Irish people don't always talk.

2:29 PM Posted by sreusche
53.20959 -7.76166
Sarah Reusche
6/10/2010
My project has changed a lot since I started. I planned on documenting retired Bord na Mona peat workers reactions to Sculpture in the Parklands at Lough Boora, and their stories about living and working in Lough Boora at the height of it’s industrial production. I specifically wanted to focus on the peat workers because of they had worked with the land that is now reclaimed, as opposed to mechanical maintenance workers (fitters) of Bord na Mona who worked in shops, often off-site. By chance, I spoke to peat workers who had never been to Sculpture in the park, or fitters who had, but didn’t vocalize many of their opinions on the place. The best audio I got relating to the reception of the parklands and how it reflects industrial heritage was from Tom Egan, the land manager at Lough Boora, and Michael Camon the leaser of our cottages. Tom was integrally involved in the founding SIP, so he had very insightful reflections. I think Michael opened up so much because he was comfortable being interviewed in the cottages that are familiar to him, and the JNBC had already established a trusting, respectful relationship with him.
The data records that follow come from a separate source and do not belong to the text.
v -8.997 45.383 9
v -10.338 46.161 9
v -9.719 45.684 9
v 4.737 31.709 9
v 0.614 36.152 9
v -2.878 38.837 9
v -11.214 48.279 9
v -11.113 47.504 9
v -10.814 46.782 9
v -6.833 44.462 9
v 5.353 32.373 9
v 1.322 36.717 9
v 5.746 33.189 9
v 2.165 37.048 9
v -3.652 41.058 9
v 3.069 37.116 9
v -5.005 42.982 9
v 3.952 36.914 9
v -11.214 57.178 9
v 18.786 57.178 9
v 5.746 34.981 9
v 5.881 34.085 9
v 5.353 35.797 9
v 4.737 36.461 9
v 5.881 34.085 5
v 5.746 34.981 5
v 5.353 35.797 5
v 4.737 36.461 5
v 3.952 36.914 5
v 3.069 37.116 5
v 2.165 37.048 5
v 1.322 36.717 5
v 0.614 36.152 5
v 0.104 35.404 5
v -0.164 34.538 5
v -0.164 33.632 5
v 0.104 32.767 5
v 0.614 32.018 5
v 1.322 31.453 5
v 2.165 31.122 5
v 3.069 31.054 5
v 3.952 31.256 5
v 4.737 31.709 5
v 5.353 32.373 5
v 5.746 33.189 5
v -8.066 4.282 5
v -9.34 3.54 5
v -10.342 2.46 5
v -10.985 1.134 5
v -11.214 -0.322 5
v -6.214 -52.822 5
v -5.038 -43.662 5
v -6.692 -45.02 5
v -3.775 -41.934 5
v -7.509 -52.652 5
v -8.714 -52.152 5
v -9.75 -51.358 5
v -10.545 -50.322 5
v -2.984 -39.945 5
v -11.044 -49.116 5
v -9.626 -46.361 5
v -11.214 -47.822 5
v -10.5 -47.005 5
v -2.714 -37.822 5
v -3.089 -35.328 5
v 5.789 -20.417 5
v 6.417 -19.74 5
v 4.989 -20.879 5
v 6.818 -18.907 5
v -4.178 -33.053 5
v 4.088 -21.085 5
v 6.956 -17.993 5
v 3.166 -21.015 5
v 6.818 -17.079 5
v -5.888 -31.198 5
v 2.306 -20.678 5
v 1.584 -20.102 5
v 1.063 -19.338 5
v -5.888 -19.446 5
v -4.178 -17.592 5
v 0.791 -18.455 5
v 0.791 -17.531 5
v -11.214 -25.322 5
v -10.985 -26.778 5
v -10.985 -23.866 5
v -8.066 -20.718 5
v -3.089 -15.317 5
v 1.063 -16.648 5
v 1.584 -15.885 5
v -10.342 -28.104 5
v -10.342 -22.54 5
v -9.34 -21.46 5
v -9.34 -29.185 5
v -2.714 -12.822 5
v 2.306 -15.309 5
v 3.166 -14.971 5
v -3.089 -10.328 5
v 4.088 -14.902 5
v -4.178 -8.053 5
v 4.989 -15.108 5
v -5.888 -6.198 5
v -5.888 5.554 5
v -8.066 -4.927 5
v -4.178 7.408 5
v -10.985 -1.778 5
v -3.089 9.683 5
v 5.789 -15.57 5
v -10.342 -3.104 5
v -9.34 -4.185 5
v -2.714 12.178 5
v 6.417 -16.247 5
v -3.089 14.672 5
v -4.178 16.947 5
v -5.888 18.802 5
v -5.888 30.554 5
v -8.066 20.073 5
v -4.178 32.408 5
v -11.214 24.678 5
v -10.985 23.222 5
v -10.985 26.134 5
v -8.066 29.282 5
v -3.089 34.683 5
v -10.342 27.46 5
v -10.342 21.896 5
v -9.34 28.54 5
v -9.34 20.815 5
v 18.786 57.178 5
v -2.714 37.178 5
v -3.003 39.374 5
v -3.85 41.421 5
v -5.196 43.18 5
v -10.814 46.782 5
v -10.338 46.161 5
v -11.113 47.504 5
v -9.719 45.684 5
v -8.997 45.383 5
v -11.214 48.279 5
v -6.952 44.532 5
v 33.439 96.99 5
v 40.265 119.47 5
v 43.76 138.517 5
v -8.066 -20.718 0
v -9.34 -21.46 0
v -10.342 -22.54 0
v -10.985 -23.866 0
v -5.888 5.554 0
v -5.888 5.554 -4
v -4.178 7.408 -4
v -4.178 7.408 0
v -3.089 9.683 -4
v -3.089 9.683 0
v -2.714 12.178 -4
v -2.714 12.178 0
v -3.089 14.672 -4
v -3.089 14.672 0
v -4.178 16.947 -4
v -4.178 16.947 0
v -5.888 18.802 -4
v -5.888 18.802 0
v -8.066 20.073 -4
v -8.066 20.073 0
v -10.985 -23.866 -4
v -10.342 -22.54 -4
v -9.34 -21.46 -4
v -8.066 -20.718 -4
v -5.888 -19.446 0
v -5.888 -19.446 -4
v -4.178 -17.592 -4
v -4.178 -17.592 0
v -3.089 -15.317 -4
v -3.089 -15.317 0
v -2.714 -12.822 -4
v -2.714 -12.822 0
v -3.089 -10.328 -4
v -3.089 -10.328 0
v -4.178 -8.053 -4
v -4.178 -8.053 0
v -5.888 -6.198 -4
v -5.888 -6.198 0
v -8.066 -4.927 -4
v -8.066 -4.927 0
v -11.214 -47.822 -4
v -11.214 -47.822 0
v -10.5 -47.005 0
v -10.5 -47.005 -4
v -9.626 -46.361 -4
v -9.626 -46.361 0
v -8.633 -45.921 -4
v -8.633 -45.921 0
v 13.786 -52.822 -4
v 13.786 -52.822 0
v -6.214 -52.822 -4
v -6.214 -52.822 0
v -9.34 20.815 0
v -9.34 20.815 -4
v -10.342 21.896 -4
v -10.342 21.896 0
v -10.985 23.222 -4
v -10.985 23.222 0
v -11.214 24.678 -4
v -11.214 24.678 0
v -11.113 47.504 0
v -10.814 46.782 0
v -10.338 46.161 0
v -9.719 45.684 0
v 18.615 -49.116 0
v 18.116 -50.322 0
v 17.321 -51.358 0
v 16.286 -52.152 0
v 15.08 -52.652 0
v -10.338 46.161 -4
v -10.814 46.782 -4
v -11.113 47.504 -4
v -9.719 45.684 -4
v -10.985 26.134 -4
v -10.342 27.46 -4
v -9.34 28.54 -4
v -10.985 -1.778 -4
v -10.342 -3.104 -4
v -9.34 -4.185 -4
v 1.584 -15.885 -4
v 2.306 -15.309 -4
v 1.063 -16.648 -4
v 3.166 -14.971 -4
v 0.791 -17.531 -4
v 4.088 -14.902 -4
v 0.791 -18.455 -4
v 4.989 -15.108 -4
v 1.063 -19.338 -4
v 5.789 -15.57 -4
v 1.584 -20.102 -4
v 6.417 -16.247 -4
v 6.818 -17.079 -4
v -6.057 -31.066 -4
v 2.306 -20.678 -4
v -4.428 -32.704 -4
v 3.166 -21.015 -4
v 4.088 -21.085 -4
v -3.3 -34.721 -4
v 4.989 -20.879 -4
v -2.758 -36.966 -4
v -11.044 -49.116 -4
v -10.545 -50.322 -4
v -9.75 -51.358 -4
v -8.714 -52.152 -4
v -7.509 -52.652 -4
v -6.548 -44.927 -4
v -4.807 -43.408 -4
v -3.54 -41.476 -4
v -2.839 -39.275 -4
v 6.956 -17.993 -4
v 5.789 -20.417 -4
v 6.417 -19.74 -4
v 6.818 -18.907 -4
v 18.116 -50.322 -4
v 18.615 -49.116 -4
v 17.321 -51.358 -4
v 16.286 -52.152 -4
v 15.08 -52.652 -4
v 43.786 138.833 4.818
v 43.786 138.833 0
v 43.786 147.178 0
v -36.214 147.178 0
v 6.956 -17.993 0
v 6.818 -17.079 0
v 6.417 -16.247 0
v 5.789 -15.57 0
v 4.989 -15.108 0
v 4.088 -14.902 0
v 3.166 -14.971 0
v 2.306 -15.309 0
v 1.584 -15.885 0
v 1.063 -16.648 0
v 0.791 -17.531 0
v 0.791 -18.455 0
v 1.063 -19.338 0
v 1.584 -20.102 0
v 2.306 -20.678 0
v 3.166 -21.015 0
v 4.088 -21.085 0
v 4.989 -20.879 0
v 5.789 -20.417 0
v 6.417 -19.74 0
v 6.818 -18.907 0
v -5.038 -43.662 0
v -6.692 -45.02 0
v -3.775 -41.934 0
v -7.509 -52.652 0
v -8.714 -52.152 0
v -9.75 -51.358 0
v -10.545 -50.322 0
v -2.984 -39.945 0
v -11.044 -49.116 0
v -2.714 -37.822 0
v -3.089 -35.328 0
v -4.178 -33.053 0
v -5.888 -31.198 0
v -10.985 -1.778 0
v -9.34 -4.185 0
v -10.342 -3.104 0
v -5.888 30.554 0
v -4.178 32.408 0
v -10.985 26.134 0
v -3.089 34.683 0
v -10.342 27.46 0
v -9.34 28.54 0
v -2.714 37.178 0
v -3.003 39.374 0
I’ve never collected oral history before, and I realized that I’d totally taken for granted the human interaction and psychological aspects of collecting honest, undiluted stories from strangers. We met about 12 retired Bord na Mona workers at a pub in Kilcormac. Assuming it was going to be a free-for-all of elderly men reflecting on the good old days, we prepared a few questions that we thought would spur personal stories related to what we were looking for. All of the men could talk for hours about the peat industry, and Bord na Mona as a company, but questions like “What did you do for fun when you weren’t cutting turf?” fell surprisingly flat. Maybe it was too personal, or too long ago. But a moment that really stood out to me was a four second clip of two Bord na Mona workers, that no one knew had been recorded until later review of the tape. I talked to Patty and Jimmy for about an hour and a half, and they we’re both pretty shy. Katherine then took them to another room to talk to them for her project. She ducked out to grab them scones, and on the tape you hear a few seconds of silence, and then, “It’d be hard to tell everything that happened, ain’t it? Jimmy, wouldn’t it? So many things were goin’ on”. Something about the tiredness of his voice struck me. These people have a story they want to tell, but capturing it is a lot harder than I thought it would be.